RSYNC files renaming issue and timeout errors

[Date Prev][Date Next][Thread Prev][Thread Next][Date Index][Thread Index]

 




Hi All,

our users are experiencing the following two problems using our gluster storage based on a 12x(4+2) distributed dispersed volume:

1) sometimes, during RSYNC copies executions, they noticed this error message:

rsync: rename "/tier2/CSP/sp1/ftp/lweprsn/.cmcc_CMCC-CM2-v20160423_hindcast_S2005040100_atmos_day_surface_lweprsn_n1-n40.sha256.rD38kX" -> "cmcc_CMCC-CM2-v20160423_hindcast_S2005040100_atmos_day_surface_lweprsn_n1-n40.sha256": Permission denied (13)
rsync error: some files/attrs were not transferred (see previous errors) (code 23) at main.c(1039) [sender=3.0.6]

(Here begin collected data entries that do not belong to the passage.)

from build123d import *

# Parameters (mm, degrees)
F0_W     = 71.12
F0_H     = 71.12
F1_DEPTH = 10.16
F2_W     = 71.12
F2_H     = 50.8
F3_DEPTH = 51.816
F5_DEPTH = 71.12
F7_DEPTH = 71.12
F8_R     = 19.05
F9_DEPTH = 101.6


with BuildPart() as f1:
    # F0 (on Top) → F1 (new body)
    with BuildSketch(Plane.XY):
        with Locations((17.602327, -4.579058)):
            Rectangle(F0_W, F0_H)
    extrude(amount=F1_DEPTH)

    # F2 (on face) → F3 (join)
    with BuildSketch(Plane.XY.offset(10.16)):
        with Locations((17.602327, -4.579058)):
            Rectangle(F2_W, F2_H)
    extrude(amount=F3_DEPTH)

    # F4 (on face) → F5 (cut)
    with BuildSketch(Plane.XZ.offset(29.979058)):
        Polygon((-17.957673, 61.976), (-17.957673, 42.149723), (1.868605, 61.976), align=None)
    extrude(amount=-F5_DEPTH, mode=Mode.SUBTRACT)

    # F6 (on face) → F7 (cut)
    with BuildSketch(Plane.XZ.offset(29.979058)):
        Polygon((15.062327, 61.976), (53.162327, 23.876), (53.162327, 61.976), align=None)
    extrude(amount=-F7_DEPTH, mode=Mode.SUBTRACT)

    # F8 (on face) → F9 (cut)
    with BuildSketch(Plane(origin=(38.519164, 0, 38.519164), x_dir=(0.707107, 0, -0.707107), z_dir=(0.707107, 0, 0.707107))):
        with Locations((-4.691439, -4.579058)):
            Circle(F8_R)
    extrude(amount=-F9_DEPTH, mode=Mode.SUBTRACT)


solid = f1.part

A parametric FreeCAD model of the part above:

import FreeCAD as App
import Part
import Sketcher
Q = App.Units.Quantity


def add_polygon(sketch, points):
    """Adds a closed chain of lines whose ends are joined by coincident constraints."""
    first, n = sketch.GeometryCount, len(points)
    for a, b in zip(points, points[1:] + points[:1]):
        sketch.addGeometry(Part.LineSegment(App.Vector(*a, 0), App.Vector(*b, 0)), False)
    for i in range(n):
        sketch.addConstraint(Sketcher.Constraint("Coincident", first + i, 2, first + (i + 1) % n, 1))

doc = App.newDocument("Part")
body = doc.addObject("PartDesign::Body", "Body")

# Sketch on XY plane
sketch1 = doc.addObject("Sketcher::SketchObject", "Sketch")
body.addObject(sketch1)
sketch1.AttachmentSupport = (doc.XY_Plane, [""])
sketch1.MapMode = "FlatFace"
add_polygon(sketch1, [(-17.957673, 30.980942), (-17.957673, -40.139058), (53.162327, -40.139058), (53.162327, 30.980942)])  # lines 0-3
sketch1.addConstraint([
    Sketcher.Constraint("Vertical", 0),
    Sketcher.Constraint("Horizontal", 1),
    Sketcher.Constraint("Vertical", 2),
    Sketcher.Constraint("Horizontal", 3),
    Sketcher.Constraint("Equal", 3, 0),
    Sketcher.Constraint("DistanceX", 1, 1, 1, 2, Q("2.8 in")),
    Sketcher.Constraint("DistanceY", -1, 1, 2, 2, 30.980942),
    Sketcher.Constraint("DistanceX", 0, 2, -1, 1, 17.957673),
])
pad1 = doc.addObject("PartDesign::Pad", "Pad")
body.addObject(pad1)
pad1.Profile = sketch1
pad1.Length = Q("0.4 in")

# Sketch on XY plane
sketch2 = doc.addObject("Sketcher::SketchObject", "Sketch001")
body.addObject(sketch2)
sketch2.AttachmentSupport = (doc.XY_Plane, [""])
sketch2.MapMode = "FlatFace"
sketch2.AttachmentOffset = App.Placement(App.Vector(0, 0, 0.4 * 25.4), App.Rotation())
add_polygon(sketch2, [(-17.957673, 20.820942), (-17.957673, -29.979058), (53.162327, -29.979058), (53.162327, 20.820942)])  # lines 0-3
sketch2.addConstraint([
    Sketcher.Constraint("Vertical", 0),
    Sketcher.Constraint("Horizontal", 1),
    Sketcher.Constraint("Vertical", 2),
    Sketcher.Constraint("Horizontal", 3),
    Sketcher.Constraint("DistanceY", 0, 2, 0, 1, Q("2 in")),
    Sketcher.Constraint("DistanceX", 1, 1, 1, 2, Q("2.8 in")),
    Sketcher.Constraint("DistanceY", -1, 1, 2, 2, 20.820942),
    Sketcher.Constraint("DistanceX", 0, 2, -1, 1, 17.957673),
])
pad2 = doc.addObject("PartDesign::Pad", "Pad001")
body.addObject(pad2)
pad2.Profile = sketch2
pad2.Length = Q("2.04 in")

# Sketch on XZ plane
sketch3 = doc.addObject("Sketcher::SketchObject", "Sketch002")
body.addObject(sketch3)
sketch3.AttachmentSupport = (doc.XZ_Plane, [""])
sketch3.MapMode = "FlatFace"
sketch3.AttachmentOffset = App.Placement(App.Vector(0, 0, 29.979058), App.Rotation())
add_polygon(sketch3, [(-17.957673, 61.976), (-17.957673, 42.149723), (1.868605, 61.976)])  # lines 0-2
sketch3.addConstraint([
    Sketcher.Constraint("Vertical", 0),
    Sketcher.Constraint("Horizontal", 2),
    Sketcher.Constraint("Equal", 2, 0),
    Sketcher.Constraint("DistanceY", -1, 1, 1, 2, Q("2.44 in")),
    Sketcher.Constraint("Distance", 1, 28.038591),
    Sketcher.Constraint("DistanceX", 0, 2, -1, 1, 17.957673),
])
pocket1 = doc.addObject("PartDesign::Pocket", "Pocket")
body.addObject(pocket1)
pocket1.Profile = sketch3
pocket1.Length = Q("2.8 in")

# Sketch on XZ plane
sketch4 = doc.addObject("Sketcher::SketchObject", "Sketch003")
body.addObject(sketch4)
sketch4.AttachmentSupport = (doc.XZ_Plane, [""])
sketch4.MapMode = "FlatFace"
sketch4.AttachmentOffset = App.Placement(App.Vector(0, 0, 29.979058), App.Rotation())
add_polygon(sketch4, [(15.062327, 61.976), (53.162327, 23.876), (53.162327, 61.976)])  # lines 0-2
sketch4.addConstraint([
    Sketcher.Constraint("Vertical", 1),
    Sketcher.Constraint("Horizontal", 2),
    Sketcher.Constraint("Equal", 2, 1),
    Sketcher.Constraint("DistanceX", 2, 2, 2, 1, Q("1.5 in")),
    Sketcher.Constraint("DistanceY", -1, 1, 0, 2, Q("0.94 in")),
    Sketcher.Constraint("DistanceX", -1, 1, 0, 2, 53.162327),
])
pocket2 = doc.addObject("PartDesign::Pocket", "Pocket001")
body.addObject(pocket2)
pocket2.Profile = sketch4
pocket2.Length = Q("2.8 in")

# Sketch on an angled plane
sketch5 = doc.addObject("Sketcher::SketchObject", "Sketch004")
body.addObject(sketch5)
sketch5.Placement = App.Placement(App.Vector(38.519164, 0, 38.519164), App.Rotation(App.Vector(0.707106781, 0, -0.707106781), App.Vector(0, 0.999999999, 0), App.Vector(0.707106781, 0, 0.707106781), "ZXY"))
sketch5.addGeometry(Part.Circle(App.Vector(-4.691439, -4.579058, 0), App.Vector(0, 0, 1), 19.05), False)
sketch5.addConstraint([
    Sketcher.Constraint("Diameter", 0, Q("1.5 in")),
    Sketcher.Constraint("DistanceX", 0, 3, -1, 1, 4.691439),
    Sketcher.Constraint("DistanceY", 0, 3, -1, 1, 4.579058),
])
pocket3 = doc.addObject("PartDesign::Pocket", "Pocket002")
body.addObject(pocket3)
pocket3.Profile = sketch5
pocket3.Length = Q("4 in")

doc.recompute()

The files seem to be correctly copied but rsync returns this kind of error and stop the sync process.

2) if the number of the total rsync sessions against the gluster volume grows, it seems that gluster volume starts suffering some particular workload, directories tree navigation becomes very slow and a lot of timeout errors appear on 192.168.0.54 gluster server (named “s04")

I just checked switch, cables, ports and so on, but everything seems to be ok.
I also executed a lot of checks using iperf tool and the network seems to be ok.
I dont’ understand why I see only timeout errors related to s04 host (192.168.0.54). It is up and running…

It seems that rsync copy processes started by the gluster volume users cause some noise (on gluster client log file) during temporary files creation.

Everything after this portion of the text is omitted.